Task material:
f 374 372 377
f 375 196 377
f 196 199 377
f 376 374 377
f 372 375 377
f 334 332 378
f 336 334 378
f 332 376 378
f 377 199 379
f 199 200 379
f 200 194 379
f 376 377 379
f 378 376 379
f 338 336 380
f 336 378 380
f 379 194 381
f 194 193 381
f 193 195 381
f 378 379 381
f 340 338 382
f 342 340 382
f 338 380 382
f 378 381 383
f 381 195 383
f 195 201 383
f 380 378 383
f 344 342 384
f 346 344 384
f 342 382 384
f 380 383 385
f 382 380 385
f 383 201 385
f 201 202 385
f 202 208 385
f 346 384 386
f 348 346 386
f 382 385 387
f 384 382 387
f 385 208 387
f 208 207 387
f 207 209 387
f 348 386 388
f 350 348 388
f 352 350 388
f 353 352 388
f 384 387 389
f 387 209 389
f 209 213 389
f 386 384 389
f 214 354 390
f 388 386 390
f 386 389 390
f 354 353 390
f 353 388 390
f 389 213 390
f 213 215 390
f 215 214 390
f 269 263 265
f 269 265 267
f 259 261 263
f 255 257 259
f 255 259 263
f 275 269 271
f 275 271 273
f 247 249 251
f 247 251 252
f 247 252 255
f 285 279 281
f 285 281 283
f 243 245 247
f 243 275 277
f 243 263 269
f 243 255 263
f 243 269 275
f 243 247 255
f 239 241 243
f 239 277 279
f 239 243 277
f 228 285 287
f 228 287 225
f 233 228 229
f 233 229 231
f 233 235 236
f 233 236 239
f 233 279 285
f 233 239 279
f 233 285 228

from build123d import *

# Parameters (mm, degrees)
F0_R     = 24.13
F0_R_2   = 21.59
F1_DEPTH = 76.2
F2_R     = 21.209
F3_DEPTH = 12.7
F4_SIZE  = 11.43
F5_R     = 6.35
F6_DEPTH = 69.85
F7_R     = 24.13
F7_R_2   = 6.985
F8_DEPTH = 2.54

Description of the task: Write out, word for word, the lines from the one containing "f 233 229 231" through the end of the records, with no other lines.

Final answer:
f 233 229 231
f 233 235 236
f 233 236 239
f 233 279 285
f 233 239 279
f 233 285 228

from build123d import *

# Parameters (mm, degrees)
F0_R     = 24.13
F0_R_2   = 21.59
F1_DEPTH = 76.2
F2_R     = 21.209
F3_DEPTH = 12.7
F4_SIZE  = 11.43
F5_R     = 6.35
F6_DEPTH = 69.85
F7_R     = 24.13
F7_R_2   = 6.985
F8_DEPTH = 2.54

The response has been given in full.